[Dataset records]
=== Begin Enclosure ===

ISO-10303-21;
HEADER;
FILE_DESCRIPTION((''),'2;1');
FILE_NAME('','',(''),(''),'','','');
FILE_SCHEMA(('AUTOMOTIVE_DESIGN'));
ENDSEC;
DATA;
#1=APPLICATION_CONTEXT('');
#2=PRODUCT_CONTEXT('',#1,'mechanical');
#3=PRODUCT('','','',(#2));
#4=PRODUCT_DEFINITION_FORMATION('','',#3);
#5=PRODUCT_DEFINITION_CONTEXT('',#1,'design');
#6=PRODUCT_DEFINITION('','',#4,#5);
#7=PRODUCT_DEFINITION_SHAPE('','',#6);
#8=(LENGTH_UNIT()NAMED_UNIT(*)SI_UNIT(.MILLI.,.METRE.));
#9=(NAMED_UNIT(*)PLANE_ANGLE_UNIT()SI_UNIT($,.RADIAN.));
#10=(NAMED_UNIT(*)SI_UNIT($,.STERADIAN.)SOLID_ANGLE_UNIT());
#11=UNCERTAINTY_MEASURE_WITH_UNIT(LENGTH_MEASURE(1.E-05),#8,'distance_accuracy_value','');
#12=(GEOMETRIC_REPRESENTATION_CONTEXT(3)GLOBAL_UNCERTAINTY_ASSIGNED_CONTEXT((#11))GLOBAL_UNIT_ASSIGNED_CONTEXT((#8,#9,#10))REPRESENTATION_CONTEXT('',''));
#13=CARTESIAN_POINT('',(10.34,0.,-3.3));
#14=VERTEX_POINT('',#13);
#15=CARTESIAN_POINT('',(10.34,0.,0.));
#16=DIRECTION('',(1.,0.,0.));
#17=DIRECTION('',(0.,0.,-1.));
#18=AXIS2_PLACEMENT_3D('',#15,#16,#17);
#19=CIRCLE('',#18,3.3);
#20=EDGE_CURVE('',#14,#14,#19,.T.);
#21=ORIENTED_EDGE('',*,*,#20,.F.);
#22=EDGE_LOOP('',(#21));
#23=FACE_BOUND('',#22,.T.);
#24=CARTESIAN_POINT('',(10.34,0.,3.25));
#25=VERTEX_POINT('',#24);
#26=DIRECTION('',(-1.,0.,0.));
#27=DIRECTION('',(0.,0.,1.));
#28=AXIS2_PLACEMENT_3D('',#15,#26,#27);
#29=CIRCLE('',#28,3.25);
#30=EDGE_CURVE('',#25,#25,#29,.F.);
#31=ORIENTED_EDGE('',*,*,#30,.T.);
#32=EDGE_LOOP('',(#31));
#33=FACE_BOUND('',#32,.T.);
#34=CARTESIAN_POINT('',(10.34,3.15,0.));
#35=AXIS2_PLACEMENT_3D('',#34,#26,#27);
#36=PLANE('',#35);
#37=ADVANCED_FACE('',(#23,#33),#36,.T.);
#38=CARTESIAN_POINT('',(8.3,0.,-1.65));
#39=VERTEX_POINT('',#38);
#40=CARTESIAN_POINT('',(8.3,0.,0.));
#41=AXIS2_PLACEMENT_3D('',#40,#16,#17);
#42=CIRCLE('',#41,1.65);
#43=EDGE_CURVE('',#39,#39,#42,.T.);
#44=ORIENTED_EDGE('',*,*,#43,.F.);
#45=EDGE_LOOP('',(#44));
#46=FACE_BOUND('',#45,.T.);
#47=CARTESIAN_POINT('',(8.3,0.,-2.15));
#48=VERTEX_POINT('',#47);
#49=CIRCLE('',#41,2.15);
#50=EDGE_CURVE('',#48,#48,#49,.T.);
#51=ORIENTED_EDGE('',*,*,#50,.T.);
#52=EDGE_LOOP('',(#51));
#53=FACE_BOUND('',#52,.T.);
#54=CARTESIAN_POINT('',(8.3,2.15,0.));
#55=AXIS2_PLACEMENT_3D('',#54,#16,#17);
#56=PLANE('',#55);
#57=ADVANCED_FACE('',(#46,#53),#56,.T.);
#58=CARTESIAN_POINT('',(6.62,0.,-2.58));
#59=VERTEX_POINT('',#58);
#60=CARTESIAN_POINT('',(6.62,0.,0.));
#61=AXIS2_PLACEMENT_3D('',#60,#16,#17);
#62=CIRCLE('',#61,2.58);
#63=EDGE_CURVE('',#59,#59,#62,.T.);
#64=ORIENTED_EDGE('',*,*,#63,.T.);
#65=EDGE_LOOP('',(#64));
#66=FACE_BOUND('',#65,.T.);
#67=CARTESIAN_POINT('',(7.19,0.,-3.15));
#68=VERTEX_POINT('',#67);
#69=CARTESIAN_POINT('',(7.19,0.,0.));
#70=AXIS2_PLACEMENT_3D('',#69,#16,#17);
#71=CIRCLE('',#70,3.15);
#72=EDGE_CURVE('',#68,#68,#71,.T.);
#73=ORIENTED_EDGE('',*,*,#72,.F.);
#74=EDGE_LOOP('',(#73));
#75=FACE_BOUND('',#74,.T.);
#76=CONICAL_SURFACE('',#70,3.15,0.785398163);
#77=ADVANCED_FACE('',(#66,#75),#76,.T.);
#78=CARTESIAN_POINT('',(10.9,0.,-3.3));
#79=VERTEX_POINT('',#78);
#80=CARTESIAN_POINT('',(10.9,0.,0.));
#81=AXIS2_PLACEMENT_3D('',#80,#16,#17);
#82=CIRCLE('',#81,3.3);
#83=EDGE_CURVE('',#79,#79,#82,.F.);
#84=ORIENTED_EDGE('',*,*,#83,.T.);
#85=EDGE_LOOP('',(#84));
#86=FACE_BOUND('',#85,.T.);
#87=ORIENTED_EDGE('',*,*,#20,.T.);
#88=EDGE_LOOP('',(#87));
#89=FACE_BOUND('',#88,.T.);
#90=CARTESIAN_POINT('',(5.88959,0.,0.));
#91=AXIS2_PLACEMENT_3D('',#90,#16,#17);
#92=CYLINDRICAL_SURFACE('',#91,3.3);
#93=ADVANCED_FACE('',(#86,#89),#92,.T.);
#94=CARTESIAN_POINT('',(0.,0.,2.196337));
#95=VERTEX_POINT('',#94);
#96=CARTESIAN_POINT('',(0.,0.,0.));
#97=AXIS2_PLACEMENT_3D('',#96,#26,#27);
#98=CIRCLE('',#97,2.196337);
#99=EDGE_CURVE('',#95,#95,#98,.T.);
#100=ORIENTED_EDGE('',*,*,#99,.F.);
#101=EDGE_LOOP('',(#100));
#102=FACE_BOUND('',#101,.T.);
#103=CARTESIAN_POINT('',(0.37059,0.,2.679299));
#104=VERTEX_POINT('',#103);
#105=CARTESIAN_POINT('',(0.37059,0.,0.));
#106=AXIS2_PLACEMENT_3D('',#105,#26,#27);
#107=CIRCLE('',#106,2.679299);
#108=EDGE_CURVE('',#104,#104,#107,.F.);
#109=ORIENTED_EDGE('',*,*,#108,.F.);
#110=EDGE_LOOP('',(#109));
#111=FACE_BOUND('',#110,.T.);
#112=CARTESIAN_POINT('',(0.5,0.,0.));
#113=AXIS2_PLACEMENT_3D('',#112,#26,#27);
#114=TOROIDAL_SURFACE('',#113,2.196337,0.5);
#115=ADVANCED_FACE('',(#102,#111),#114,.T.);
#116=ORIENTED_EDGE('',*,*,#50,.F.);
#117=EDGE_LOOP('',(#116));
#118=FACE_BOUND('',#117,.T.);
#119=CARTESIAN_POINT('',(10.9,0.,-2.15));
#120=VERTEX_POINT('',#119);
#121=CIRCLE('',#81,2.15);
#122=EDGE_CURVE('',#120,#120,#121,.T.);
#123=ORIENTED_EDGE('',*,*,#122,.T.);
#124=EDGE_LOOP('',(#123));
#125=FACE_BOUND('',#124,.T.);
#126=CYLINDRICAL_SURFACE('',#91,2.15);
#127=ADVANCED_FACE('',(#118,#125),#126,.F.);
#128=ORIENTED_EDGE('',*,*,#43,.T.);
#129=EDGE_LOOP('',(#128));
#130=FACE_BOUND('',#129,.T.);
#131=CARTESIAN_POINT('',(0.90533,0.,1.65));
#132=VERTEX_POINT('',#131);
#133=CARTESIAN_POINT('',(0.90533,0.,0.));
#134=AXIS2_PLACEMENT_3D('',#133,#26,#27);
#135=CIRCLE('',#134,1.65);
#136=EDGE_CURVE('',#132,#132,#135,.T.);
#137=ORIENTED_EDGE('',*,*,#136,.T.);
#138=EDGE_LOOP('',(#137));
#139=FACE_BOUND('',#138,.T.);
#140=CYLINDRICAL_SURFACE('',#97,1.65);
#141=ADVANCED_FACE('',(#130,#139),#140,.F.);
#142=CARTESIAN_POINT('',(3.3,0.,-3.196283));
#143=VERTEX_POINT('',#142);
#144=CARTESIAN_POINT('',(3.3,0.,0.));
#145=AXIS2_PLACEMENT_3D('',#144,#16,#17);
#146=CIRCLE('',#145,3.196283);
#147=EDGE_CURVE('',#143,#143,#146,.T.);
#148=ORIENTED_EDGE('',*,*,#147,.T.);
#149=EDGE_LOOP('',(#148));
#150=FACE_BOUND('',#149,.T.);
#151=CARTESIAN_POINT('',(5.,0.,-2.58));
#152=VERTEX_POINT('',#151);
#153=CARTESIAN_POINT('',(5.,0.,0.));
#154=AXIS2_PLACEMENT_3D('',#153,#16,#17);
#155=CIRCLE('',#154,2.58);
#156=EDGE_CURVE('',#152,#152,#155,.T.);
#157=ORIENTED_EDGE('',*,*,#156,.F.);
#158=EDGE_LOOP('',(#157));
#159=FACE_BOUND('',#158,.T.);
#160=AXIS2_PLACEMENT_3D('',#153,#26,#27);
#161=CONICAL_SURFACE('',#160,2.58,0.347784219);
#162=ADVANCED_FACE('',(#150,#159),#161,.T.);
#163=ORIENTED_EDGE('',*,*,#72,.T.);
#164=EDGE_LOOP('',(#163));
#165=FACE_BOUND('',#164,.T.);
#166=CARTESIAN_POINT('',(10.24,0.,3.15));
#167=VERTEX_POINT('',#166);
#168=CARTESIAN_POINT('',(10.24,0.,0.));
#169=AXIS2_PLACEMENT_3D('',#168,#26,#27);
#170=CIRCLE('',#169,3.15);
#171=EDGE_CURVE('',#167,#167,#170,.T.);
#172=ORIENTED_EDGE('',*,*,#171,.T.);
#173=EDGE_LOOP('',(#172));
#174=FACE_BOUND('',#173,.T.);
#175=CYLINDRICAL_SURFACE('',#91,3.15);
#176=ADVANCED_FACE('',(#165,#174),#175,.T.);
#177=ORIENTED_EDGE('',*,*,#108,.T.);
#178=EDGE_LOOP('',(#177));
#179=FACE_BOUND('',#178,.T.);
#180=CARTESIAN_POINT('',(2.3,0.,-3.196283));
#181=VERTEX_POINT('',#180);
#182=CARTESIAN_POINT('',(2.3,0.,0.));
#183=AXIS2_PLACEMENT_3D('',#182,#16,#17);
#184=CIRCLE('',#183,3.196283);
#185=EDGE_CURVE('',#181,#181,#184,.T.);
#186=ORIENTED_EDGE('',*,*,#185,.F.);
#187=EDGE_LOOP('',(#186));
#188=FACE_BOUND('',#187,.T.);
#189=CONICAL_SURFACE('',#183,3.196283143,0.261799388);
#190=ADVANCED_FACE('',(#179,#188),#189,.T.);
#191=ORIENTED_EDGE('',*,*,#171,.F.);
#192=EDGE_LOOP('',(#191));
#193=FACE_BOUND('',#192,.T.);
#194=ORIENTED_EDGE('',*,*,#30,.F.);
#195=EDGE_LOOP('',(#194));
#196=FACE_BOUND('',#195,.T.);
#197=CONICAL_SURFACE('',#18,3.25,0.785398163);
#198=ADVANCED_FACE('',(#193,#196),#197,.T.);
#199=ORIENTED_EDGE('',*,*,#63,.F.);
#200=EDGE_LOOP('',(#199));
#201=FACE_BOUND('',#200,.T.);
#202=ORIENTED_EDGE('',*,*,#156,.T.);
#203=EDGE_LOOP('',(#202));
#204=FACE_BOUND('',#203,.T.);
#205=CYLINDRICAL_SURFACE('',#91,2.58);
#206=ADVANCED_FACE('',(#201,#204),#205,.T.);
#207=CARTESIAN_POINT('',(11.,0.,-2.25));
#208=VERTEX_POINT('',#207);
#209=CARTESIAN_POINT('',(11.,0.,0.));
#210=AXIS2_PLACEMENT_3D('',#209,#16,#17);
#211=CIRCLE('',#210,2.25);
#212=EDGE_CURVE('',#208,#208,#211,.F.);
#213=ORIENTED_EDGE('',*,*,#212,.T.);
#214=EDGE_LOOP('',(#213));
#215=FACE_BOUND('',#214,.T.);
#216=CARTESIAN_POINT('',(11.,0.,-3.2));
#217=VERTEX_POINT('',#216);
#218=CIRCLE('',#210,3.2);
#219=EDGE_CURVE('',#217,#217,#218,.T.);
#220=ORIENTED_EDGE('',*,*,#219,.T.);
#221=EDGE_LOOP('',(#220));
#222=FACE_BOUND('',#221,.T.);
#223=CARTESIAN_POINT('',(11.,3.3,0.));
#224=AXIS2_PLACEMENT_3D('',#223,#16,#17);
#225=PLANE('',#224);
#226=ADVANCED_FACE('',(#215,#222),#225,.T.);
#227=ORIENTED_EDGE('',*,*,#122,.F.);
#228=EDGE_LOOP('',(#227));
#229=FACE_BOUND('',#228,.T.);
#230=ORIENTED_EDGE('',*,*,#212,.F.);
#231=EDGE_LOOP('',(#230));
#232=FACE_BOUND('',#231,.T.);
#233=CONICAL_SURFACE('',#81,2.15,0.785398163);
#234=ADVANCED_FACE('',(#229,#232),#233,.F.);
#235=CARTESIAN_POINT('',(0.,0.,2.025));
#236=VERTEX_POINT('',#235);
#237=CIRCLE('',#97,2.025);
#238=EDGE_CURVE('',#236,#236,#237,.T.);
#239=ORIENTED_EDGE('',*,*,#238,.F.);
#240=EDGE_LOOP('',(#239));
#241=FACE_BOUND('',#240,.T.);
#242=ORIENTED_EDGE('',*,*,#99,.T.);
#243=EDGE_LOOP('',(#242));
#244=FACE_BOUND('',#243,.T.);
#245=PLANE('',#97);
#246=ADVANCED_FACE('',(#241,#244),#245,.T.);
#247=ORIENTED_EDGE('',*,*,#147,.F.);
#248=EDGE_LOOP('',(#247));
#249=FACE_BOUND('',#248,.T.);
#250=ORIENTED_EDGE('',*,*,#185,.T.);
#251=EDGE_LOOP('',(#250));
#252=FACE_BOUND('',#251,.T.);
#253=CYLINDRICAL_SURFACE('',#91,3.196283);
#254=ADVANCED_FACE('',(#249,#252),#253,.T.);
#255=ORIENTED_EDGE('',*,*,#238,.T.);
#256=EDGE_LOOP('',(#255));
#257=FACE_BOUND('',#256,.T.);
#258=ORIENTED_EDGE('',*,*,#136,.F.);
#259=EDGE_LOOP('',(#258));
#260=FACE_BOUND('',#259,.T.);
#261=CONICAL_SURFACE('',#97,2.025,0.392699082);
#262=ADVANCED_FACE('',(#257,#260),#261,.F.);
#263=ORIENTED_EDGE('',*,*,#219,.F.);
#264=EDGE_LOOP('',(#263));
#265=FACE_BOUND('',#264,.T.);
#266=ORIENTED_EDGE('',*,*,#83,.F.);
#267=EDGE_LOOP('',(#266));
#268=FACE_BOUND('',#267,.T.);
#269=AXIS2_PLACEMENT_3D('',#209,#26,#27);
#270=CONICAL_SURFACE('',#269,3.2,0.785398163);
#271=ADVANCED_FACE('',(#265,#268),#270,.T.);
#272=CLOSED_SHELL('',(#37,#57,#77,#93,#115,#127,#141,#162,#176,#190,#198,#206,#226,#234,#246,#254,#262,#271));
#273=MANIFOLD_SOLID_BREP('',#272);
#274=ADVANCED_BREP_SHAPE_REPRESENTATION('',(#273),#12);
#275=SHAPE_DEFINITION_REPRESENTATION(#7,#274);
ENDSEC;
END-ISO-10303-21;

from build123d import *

# Parameters (mm, degrees)
M4_TAPPED_HOLE1_D           = 3.3
M4_TAPPED_HOLE1_CSINK_D     = 4.05
M4_TAPPED_HOLE1_CSINK_ANGLE = 45
FILLET1_R                   = 0.5
CHAMFER1_SIZE               = 0.1


with BuildPart() as part:
    # Sketch1 → Revolve1 (revolve)
    with BuildSketch(Plane.XY, mode=Mode.PRIVATE) as revolve1_sk:
        Polygon((5.889590125, 0), (0, 0), (0, 2.58), (2.3, 3.196283143), (3.3, 3.196283143), (5, 2.58), (6.62, 2.58), (7.19, 3.15), (10.34, 3.15), (10.34, 3.3), (11, 3.3), (11, 2.15), (8.3, 2.15), (8.3, 0), align=None)
    revolve(revolve1_sk.sketch.rotate(Axis((5.889590125, 0, 0), (-1, 0, 0)), 90), axis=Axis((5.889590125, 0, 0), (-1, 0, 0)))

    # M4 Tapped Hole1 (through all)
    with Locations(Plane.ZY):
        with Locations((0, 0)):
            CounterSinkHole(M4_TAPPED_HOLE1_D / 2, M4_TAPPED_HOLE1_CSINK_D / 2, counter_sink_angle=M4_TAPPED_HOLE1_CSINK_ANGLE)

    # Fillet1
    fillet1_edges = [part.edges().sort_by_distance(p)[0] for p in [
        (0, 0, 2.58),
    ]]
    fillet(fillet1_edges, radius=FILLET1_R)

    # Chamfer1
    chamfer1_edges = [part.edges().sort_by_distance(p)[0] for p in [
        (11, 0, 2.15),
        (11, 0, 3.3),
        (10.34, 0, 3.15),
    ]]
    chamfer(chamfer1_edges, length=CHAMFER1_SIZE)


solid = part.part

=== End Enclosure ===

Taking the line with "#198=ADVANCED_FACE('',(#193,#196),#197,.T.);" as the first and the line with "#219=EDGE_CURVE('',#217,#217,#218,.T.);" as the last, retype that stretch of the data above exactly, with no other lines.

→ **REPLY**
#198=ADVANCED_FACE('',(#193,#196),#197,.T.);
#199=ORIENTED_EDGE('',*,*,#63,.F.);
#200=EDGE_LOOP('',(#199));
#201=FACE_BOUND('',#200,.T.);
#202=ORIENTED_EDGE('',*,*,#156,.T.);
#203=EDGE_LOOP('',(#202));
#204=FACE_BOUND('',#203,.T.);
#205=CYLINDRICAL_SURFACE('',#91,2.58);
#206=ADVANCED_FACE('',(#201,#204),#205,.T.);
#207=CARTESIAN_POINT('',(11.,0.,-2.25));
#208=VERTEX_POINT('',#207);
#209=CARTESIAN_POINT('',(11.,0.,0.));
#210=AXIS2_PLACEMENT_3D('',#209,#16,#17);
#211=CIRCLE('',#210,2.25);
#212=EDGE_CURVE('',#208,#208,#211,.F.);
#213=ORIENTED_EDGE('',*,*,#212,.T.);
#214=EDGE_LOOP('',(#213));
#215=FACE_BOUND('',#214,.T.);
#216=CARTESIAN_POINT('',(11.,0.,-3.2));
#217=VERTEX_POINT('',#216);
#218=CIRCLE('',#210,3.2);
#219=EDGE_CURVE('',#217,#217,#218,.T.);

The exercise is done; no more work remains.